I think this would provide security against people casually accessing each other’s scores but wouldn’t provide much protection against a determined attacker.
Some problems:
There’s no protection at all for someone’s scores if the attacker knows their email address (and email addresses aren’t secret)
It’s probably not that hard to build or acquire a list of LessWrong users’ email addresses
Even if you just brute-force this, there are probably patterns in LessWrong users’ email addresses that make them distinguishable from random email addresses (more likely to be @somerationalistgroup.com, @gmail, recognizably American, nerdy, etc.).
A better solution:
Generate a random ID for each user and add it to your data
Email users their random ID
Publish the data with emails removed
(And remove anything else that could be used to reconstruct users, like jobs/locations/etc. if relevant)
I realized after writing this that you meant that people’s email addresses are private but their scores are public if you know their email. I’d default to not exposing people’s participation and scores unless they expected that to happen, but maybe that’s less of an issue than I was thinking. The predictability of LessWrong emails still would expose a lot of email addresses.
I’d still recommend the random ID solution though since it’s trivial to reason about (it’s basically a one-time-pad).
Thanks for your input. Though ideally we wouldn’t have to go through an email server, it may just be required at some level of security.
As for the patterns, the nice thing is that with a small output space in the millions, there are tons of overlapping reasonable addresses even if you pin it down to a domain. Every English first and last name combo even without any numbers in it is already a lot larger than 10 million, meaning even targeted domains should have plenty of collisions.
There’s an idea in security where you should avoid weak security because it lets you trick yourself into thinking you’re doing something. For example, if you’re not going to protect passwords, in some sense it’s better to leave them completely plaintext instead of hashing them with MD5. At least in the plaintext case you know you’re not protecting them (and won’t accidentally do something unsafe with it on the assumption that it’s already protected by being hashed).
I feel like this is a case like that:
If you don’t care if these become public, consider just making it public.
If you don’t think they should be public, use something that guarantees that they’re not (like the random ID solution)
The solution you proposed is better than nothing and might protect some email addresses in some cases, but it begs the questions: If you need to protect these sometimes, why not all the time; and if not protecting them sometimes is ok, why bother at all?
(I should say though that there are benefits to making data annoying to access, like that your scheme will protect the data from casual snoopers, and prevent it from being crawled by search engines unless someone goes to the trouble of de-anonymizing and reposting it. My point is mostly just that you should ask if you’re ok with it becoming entirely public or not)

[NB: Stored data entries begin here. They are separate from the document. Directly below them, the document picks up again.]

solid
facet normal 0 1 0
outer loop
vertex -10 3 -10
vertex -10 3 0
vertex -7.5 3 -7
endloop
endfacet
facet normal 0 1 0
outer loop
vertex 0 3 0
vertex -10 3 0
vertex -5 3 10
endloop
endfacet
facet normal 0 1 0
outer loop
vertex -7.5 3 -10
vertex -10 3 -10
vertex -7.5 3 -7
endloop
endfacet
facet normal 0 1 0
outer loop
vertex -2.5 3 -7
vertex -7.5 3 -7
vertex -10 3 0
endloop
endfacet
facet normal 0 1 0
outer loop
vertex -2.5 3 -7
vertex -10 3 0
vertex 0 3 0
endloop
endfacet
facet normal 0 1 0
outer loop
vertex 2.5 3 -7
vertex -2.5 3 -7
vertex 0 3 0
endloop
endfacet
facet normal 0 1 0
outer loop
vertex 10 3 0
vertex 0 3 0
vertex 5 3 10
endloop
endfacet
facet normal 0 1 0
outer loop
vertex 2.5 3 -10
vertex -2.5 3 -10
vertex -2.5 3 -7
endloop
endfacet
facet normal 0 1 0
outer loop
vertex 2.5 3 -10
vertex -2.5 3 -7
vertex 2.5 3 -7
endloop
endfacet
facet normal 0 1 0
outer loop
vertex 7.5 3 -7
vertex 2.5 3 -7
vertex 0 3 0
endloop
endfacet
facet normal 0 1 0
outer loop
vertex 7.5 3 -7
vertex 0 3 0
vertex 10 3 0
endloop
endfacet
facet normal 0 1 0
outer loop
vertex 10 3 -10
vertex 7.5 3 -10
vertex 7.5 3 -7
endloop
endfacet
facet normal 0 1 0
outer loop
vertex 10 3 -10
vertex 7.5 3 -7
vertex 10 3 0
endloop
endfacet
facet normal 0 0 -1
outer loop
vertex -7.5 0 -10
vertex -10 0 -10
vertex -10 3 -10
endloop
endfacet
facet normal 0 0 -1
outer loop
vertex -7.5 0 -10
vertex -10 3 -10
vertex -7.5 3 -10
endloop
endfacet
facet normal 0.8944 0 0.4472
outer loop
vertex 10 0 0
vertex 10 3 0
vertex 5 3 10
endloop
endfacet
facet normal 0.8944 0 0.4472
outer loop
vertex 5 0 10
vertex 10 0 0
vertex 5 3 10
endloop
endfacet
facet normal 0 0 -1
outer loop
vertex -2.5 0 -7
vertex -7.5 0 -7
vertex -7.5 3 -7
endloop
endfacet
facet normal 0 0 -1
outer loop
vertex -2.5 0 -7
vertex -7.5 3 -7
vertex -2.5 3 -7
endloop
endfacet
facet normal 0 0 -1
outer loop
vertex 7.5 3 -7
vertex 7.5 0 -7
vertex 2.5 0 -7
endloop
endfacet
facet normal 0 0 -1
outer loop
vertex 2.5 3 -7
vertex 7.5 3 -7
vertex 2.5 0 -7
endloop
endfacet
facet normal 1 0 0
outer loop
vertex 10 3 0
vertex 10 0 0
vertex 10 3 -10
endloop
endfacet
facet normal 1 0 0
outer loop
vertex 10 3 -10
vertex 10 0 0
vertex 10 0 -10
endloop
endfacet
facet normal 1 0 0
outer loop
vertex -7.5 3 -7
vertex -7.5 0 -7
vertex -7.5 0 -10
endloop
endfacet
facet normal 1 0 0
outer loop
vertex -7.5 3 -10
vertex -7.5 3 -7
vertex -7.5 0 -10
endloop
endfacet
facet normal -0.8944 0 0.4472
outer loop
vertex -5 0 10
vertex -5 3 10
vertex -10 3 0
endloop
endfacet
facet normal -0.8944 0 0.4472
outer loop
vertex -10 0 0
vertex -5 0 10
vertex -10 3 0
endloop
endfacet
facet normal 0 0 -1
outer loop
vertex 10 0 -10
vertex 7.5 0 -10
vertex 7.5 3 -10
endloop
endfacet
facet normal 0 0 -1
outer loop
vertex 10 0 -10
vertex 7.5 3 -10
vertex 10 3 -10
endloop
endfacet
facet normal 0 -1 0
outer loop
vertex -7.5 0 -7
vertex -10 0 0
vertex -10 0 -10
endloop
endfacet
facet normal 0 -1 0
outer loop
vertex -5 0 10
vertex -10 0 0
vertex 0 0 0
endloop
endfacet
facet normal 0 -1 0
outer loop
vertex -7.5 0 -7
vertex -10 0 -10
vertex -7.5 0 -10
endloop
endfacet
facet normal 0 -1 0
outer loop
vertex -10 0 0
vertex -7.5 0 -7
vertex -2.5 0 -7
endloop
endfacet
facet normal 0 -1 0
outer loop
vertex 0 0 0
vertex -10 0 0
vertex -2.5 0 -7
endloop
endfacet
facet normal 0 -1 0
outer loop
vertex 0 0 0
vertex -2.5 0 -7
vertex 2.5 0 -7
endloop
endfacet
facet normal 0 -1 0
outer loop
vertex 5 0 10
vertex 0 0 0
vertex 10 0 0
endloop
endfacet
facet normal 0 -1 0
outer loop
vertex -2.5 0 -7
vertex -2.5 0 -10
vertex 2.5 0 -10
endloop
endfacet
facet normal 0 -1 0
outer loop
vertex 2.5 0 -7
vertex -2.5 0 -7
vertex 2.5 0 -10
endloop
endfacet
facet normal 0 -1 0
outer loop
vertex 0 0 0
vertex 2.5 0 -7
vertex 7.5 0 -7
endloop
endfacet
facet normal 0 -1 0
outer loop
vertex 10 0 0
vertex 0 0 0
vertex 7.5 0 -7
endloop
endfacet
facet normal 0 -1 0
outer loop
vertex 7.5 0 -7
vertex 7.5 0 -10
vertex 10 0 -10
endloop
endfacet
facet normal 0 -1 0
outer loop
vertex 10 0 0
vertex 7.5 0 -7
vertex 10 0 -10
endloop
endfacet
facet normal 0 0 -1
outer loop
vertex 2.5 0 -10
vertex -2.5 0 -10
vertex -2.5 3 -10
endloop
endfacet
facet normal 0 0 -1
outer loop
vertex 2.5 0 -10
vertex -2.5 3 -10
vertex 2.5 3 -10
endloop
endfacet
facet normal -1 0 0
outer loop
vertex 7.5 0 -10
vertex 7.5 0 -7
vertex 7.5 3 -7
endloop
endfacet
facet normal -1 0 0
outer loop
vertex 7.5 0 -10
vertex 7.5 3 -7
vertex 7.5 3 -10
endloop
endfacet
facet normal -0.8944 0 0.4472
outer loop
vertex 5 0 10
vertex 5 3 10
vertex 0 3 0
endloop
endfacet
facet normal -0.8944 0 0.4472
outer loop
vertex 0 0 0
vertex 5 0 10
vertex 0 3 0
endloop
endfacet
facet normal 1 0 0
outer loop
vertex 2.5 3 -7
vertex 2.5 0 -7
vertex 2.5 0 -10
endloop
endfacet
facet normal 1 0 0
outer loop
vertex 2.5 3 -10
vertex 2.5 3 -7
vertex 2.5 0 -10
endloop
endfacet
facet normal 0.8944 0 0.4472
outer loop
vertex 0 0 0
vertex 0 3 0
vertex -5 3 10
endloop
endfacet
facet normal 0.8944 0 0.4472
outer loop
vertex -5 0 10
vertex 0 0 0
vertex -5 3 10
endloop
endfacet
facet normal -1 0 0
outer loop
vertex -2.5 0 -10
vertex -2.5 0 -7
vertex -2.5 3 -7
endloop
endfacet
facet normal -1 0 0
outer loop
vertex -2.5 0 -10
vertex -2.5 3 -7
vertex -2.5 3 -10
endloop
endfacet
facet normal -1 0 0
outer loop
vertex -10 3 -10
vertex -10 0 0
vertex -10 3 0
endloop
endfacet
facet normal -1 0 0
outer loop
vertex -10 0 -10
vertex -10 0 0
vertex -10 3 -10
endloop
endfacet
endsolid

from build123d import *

# Parameters (mm, degrees)
SKETCH1_W               = 20
SKETCH1_H               = 20
BOSS_EXTRUDE1_DEPTH     = 3
CUT_EXTRUDE1_DEPTH      = 1
CUT_EXTRUDE1_DEPTH_BACK = 4
CUT_EXTRUDE2_START      = -4
SKETCH3_W               = 5
SKETCH3_H               = 3
CUT_EXTRUDE2_DEPTH      = 5


with BuildPart() as part:
    # Sketch1 → Boss-Extrude1 (new body)
    with BuildSketch(Plane(origin=(0, 0, 0), x_dir=(1, 0, 0), z_dir=(0, 1, 0))):
        Rectangle(SKETCH1_W, SKETCH1_H)
    extrude(amount=BOSS_EXTRUDE1_DEPTH)

    # Sketch2 → Cut-Extrude1 (cut, two sides)
    with BuildSketch(Plane(origin=(0, 3, 0), x_dir=(1, 0, 0), z_dir=(0, 1, 0))) as cut_extrude1_sk:
        Polygon((-5, -10), (-10, 0), (-10, -10), align=None)
        Polygon((0, 0), (-5, -10), (5, -10), align=None)
        Polygon((10, 0), (5, -10), (10, -10), align=None)
    extrude(amount=CUT_EXTRUDE1_DEPTH, mode=Mode.SUBTRACT)
    extrude(cut_extrude1_sk.sketch, amount=-CUT_EXTRUDE1_DEPTH_BACK, mode=Mode.SUBTRACT)

    # Sketch3 → Cut-Extrude2 (cut)
    with BuildSketch(Plane(origin=(0, 3, 0), x_dir=(1, 0, 0), z_dir=(0, 1, 0)).offset(CUT_EXTRUDE2_START)):
        with Locations((-5, 8.5)):
            Rectangle(SKETCH3_W, SKETCH3_H)
    cut_extrude2 = extrude(amount=CUT_EXTRUDE2_DEPTH, mode=Mode.SUBTRACT)

    # Mirror1: Cut-Extrude2 across plane
    add(cut_extrude2.mirror(Plane(origin=(0, 0, 0), x_dir=(0, 0, 1), z_dir=(1, 0, 0))), mode=Mode.SUBTRACT)


solid = part.part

I think this would provide security against people casually accessing each other’s scores but wouldn’t provide much protection against a determined attacker.
Some problems:
There’s no protection at all for someone’s scores if the attacker knows their email address (and email addresses aren’t secret)

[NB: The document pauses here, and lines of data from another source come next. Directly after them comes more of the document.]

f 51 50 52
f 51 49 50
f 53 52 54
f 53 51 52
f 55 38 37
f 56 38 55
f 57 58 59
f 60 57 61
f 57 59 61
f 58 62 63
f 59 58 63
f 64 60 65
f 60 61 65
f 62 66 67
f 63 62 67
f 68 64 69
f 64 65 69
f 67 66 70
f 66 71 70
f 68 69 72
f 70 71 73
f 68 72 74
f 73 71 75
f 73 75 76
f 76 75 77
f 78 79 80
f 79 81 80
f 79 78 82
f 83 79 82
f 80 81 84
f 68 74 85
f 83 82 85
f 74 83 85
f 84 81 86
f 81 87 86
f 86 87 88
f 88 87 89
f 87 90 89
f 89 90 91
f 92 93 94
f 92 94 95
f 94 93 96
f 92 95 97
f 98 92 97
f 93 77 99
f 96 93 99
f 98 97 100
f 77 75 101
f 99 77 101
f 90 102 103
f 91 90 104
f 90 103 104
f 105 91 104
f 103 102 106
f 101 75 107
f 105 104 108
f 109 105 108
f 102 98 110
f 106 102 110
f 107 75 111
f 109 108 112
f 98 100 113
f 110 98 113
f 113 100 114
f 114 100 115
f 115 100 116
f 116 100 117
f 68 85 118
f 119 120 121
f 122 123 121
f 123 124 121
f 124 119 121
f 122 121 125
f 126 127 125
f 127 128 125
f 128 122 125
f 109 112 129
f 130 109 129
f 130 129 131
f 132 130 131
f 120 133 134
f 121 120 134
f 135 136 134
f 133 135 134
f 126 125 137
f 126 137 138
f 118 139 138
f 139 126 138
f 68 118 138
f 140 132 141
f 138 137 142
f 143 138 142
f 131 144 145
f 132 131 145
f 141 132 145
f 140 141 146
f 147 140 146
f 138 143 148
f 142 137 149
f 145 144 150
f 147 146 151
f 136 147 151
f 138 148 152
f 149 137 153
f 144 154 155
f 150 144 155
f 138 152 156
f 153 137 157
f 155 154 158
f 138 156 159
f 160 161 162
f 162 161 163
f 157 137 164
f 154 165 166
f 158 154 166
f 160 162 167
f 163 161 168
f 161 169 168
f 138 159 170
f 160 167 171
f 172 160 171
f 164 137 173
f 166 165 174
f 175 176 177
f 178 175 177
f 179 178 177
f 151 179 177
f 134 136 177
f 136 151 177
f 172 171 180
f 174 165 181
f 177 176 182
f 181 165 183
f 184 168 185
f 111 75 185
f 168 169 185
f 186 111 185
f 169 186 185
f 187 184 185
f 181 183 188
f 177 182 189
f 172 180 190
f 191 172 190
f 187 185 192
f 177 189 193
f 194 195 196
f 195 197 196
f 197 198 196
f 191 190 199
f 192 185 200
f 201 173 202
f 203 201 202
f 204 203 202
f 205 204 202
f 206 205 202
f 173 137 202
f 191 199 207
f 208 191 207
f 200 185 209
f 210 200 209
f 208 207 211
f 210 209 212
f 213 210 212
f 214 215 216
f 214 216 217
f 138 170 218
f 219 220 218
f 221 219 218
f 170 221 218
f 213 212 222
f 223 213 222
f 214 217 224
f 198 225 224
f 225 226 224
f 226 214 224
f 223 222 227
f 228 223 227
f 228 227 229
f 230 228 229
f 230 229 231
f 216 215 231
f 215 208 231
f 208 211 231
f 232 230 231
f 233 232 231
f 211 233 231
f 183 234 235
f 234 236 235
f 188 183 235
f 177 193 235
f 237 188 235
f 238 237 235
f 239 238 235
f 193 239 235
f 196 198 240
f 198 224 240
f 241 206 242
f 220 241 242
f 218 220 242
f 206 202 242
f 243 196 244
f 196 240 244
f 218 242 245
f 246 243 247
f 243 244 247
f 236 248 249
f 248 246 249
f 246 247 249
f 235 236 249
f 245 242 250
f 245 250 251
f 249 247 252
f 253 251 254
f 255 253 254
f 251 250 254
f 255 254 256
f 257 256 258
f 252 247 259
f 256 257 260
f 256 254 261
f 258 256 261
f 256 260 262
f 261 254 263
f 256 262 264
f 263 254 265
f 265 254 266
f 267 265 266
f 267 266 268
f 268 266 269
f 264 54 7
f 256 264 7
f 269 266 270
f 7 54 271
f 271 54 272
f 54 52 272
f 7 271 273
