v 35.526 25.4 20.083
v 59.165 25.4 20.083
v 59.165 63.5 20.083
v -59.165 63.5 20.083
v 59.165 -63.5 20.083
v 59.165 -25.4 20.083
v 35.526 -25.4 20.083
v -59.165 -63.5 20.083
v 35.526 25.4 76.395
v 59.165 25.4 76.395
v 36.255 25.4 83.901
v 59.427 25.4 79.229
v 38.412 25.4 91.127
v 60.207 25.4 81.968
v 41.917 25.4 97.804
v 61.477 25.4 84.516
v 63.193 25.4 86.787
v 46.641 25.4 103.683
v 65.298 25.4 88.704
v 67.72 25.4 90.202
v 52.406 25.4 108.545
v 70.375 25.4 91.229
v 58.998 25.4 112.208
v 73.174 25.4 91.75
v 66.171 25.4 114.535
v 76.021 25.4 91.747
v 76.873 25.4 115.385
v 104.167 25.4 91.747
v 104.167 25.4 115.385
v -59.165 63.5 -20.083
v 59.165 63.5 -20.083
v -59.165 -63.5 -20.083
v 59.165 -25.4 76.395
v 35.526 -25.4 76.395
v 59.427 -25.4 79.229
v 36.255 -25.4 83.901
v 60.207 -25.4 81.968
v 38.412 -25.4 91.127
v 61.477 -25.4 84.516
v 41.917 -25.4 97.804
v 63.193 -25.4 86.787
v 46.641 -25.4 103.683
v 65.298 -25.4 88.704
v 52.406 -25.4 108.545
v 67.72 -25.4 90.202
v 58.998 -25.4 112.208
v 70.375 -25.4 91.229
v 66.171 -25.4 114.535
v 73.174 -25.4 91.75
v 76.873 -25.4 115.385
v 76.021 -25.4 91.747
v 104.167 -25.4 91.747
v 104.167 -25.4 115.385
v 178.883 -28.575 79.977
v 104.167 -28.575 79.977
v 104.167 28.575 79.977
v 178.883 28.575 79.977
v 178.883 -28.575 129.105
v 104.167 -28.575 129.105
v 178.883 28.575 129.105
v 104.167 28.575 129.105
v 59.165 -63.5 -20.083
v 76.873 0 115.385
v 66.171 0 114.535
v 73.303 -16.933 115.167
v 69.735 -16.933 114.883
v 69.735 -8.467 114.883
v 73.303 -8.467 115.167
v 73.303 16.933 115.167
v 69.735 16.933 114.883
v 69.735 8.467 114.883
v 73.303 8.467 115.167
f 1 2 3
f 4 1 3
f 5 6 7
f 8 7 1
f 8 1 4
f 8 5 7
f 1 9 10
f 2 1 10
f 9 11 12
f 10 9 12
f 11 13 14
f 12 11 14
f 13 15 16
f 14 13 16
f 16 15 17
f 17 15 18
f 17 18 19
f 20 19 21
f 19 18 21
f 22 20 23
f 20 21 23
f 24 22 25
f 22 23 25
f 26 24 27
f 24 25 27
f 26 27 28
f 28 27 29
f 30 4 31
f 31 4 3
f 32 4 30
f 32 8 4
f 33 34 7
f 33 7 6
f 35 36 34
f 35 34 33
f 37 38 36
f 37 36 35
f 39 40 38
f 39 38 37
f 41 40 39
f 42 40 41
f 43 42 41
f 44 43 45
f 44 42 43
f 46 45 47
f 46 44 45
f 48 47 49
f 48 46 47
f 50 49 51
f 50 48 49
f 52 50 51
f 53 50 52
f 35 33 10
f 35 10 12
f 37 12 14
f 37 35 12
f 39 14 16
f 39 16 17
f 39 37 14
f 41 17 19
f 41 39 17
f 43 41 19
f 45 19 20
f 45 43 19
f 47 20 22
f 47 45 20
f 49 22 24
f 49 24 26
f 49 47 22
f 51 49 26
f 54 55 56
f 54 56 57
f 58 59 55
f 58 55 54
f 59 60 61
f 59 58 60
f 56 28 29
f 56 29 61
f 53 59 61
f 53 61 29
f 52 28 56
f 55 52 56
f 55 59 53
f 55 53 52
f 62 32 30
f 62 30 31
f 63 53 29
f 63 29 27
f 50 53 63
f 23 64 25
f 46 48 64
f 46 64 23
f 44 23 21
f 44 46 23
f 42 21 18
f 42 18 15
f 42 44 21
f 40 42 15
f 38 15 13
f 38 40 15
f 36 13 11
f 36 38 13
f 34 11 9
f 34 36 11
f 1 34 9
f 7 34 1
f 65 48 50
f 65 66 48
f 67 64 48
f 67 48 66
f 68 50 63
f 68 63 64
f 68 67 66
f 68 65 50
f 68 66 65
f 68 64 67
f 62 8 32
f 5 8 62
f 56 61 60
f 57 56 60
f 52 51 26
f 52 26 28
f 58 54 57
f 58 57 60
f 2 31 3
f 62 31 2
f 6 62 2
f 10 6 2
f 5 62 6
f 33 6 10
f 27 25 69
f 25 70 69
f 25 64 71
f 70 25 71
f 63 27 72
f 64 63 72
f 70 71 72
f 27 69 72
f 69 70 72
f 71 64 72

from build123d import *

# Parameters (mm, degrees)
F1_DEPTH = 63.5
F2_DEPTH = 25.4
F0_W     = 37.3578295112
F0_H     = 13.7197794846
F0_H_2   = 23.6380351254
F0_H_3   = 11.7702707648
F3_DEPTH = 28.575


with BuildPart() as f1:
    # F0 (on Front) → F1 (new body, symmetric)
    with BuildSketch(Plane.XZ):
        Polygon((35.526488953, 20.0833715498), (-59.1645240784, 20.0833715498), (-59.1645240784, -20.0833715498), (59.1645240784, -20.0833715498), (59.1645240784, 20.0833715498), align=None)
    extrude(amount=F1_DEPTH, both=True)

    # F0 (on Front) → F2 (join, symmetric)
    with BuildSketch(Plane.XZ):
        with BuildLine():
            Line((35.526488953, 76.3945057988), (35.526488953, 20.0833715498))
            Line((35.526488953, 20.0833715498), (59.1645240784, 20.0833715498))
            Line((59.1645240784, 20.0833715498), (59.1645240784, 76.3945057988))
            ThreePointArc((59.1645240784, 76.3945057988), (64.2012826279, 87.7945426192), (76.0210826993, 91.7470231652))
            Line((76.0210826993, 91.7470231652), (104.1673794389, 91.7470231652))
            Line((104.1673794389, 91.7470231652), (104.1673794389, 115.3850582906))
            Line((104.1673794389, 115.3850582906), (76.8725928536, 115.3850582906))
            add(Edge.make_bspline(
                [(66.1712992482, 114.5353537972), (69.7326775282, 114.9157218144), (73.3029348697, 115.1988448631), (76.8725928536, 115.3850582906)],
                knots=[156.3347304478, 156.3347304478, 156.3347304478, 156.3347304478, 166.0978888451, 166.0978888451, 166.0978888451, 166.0978888451], degree=3))
            ThreePointArc((66.1712992482, 114.5353537972), (44.1367599152, 100.8578900908), (35.526488953, 76.3945057988))
        make_face()
    extrude(amount=F2_DEPTH, both=True)

    # F0 (on Front) → F3 (join, symmetric)
    with BuildSketch(Plane.XZ):
        with Locations((122.8462941945, 122.2449480329)):
            Rectangle(F0_W, F0_H)
        with Locations((122.8462941945, 103.5660407279)):
            Rectangle(F0_W, F0_H_2)
        with Locations((122.8462941945, 85.8618877828)):
            Rectangle(F0_W, F0_H_3)
        Polygon((141.52520895, 129.1048377752), (141.52520895, 115.3850582906), (141.52520895, 91.7470231652), (141.52520895, 79.9767524004), (178.8830384612, 79.9767524004), (178.8830384612, 129.1048377752), align=None)
    extrude(amount=F3_DEPTH, both=True)


solid = f1.part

It’s probably not that hard to build or acquire a list of LessWrong users’ email addresses
Even if you just brute-force this, there are probably patterns in LessWrong users’ email addresses that make them distinguishable from random email addresses (more likely to be @somerationalistgroup.com, @gmail, recognizably American, nerdy, etc.).
A better solution:
Generate a random ID for each user and add it to your data
Email users their random ID
Publish the data with emails removed
(And remove anything else that could be used to reconstruct users, like jobs/locations/etc. if relevant)

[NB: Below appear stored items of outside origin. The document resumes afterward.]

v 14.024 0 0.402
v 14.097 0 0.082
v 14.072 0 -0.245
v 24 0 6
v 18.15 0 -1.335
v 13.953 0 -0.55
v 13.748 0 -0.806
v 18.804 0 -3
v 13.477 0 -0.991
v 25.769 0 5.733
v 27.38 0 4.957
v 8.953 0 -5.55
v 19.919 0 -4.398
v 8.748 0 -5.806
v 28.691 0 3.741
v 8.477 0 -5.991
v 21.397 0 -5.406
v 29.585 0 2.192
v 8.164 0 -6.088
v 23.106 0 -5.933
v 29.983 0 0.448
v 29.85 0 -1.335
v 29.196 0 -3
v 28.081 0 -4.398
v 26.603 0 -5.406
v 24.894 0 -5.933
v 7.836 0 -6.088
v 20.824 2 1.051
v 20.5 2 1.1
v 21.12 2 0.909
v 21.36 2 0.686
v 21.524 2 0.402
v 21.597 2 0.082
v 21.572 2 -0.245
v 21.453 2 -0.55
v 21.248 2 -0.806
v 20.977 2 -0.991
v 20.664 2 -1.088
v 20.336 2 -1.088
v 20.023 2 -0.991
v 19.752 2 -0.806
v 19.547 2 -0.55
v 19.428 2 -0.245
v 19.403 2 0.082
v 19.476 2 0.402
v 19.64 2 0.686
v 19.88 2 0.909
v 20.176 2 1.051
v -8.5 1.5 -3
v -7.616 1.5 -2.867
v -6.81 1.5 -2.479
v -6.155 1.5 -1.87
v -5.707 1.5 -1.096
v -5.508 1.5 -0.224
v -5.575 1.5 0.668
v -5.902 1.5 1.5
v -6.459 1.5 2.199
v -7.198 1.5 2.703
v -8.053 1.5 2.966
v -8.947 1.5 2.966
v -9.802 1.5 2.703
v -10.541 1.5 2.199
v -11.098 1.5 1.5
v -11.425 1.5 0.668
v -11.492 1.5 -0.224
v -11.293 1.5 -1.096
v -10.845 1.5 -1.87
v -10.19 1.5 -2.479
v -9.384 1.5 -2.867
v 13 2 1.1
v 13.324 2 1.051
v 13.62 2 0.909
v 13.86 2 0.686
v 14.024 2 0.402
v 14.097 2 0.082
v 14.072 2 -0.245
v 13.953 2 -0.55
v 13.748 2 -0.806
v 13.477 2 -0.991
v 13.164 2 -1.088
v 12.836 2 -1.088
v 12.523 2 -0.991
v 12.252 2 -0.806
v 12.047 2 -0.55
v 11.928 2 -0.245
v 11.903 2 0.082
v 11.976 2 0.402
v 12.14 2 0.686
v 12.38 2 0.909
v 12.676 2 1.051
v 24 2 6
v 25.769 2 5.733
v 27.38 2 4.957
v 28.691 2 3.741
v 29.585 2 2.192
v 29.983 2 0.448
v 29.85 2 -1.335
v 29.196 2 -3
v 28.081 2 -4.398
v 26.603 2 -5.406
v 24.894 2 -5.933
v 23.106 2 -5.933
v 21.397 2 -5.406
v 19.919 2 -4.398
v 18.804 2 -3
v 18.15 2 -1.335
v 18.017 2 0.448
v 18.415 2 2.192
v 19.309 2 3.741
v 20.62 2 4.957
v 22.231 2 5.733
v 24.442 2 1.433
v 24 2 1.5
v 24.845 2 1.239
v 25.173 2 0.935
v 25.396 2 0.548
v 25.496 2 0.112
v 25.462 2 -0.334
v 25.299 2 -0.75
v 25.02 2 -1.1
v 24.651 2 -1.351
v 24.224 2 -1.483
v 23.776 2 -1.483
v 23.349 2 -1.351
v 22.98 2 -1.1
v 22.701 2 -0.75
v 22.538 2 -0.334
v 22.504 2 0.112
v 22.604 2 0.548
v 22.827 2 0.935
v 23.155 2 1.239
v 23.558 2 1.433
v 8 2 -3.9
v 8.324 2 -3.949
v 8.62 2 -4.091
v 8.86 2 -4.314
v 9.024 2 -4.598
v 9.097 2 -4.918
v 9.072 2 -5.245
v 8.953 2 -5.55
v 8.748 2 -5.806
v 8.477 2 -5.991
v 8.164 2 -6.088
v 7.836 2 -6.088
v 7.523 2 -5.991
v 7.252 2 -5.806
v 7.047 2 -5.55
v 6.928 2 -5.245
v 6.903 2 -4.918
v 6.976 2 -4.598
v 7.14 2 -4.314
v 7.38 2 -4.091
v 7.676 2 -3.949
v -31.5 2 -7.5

I realized after writing this that you meant that people’s email addresses are private but their scores are public if you know their email. I’d default to not exposing people’s participation and scores unless they expected that to happen, but maybe that’s less of an issue than I was thinking. The predictability of LessWrong emails still would expose a lot of email addresses.
I’d still recommend the random ID solution though since it’s trivial to reason about (it’s basically a one-time-pad).
Thanks for your input. Though ideally we wouldn’t have to go through an email server, it may just be required at some level of security.
As for the patterns, the nice thing is that with a small output space in the millions, there are tons of overlapping reasonable addresses even if you pin it down to a domain. Every English first and last name combo even without any numbers in it is already a lot larger than 10 million, meaning even targeted domains should have plenty of collisions.
There’s an idea in security where you should avoid weak security because it lets you trick yourself into thinking you’re doing something. For example, if you’re not going to protect passwords, in some sense it’s better to leave them completely plaintext instead of hashing them with MD5. At least in the plaintext case you know you’re not protecting them (and won’t accidentally do something unsafe with it on the assumption that it’s already protected by being hashed).
I feel like this is a case like that:
If you don’t care if these become public, consider just making it public.
If you don’t think they should be public, use something that guarantees that they’re not (like the random ID solution)
The solution you proposed is better than nothing and might protect some email addresses in some cases, but it begs the questions: If you need to protect these sometimes, why not all the time; and if not protecting them sometimes is ok, why bother at all?
(I should say though that there are benefits to making data annoying to access, like that your scheme will protect the data from casual snoopers, and prevent it from being crawled by search engines unless someone goes to the trouble of de-anonymizing and reposting it. My point is mostly just that you should ask if you’re ok with it becoming entirely public or not)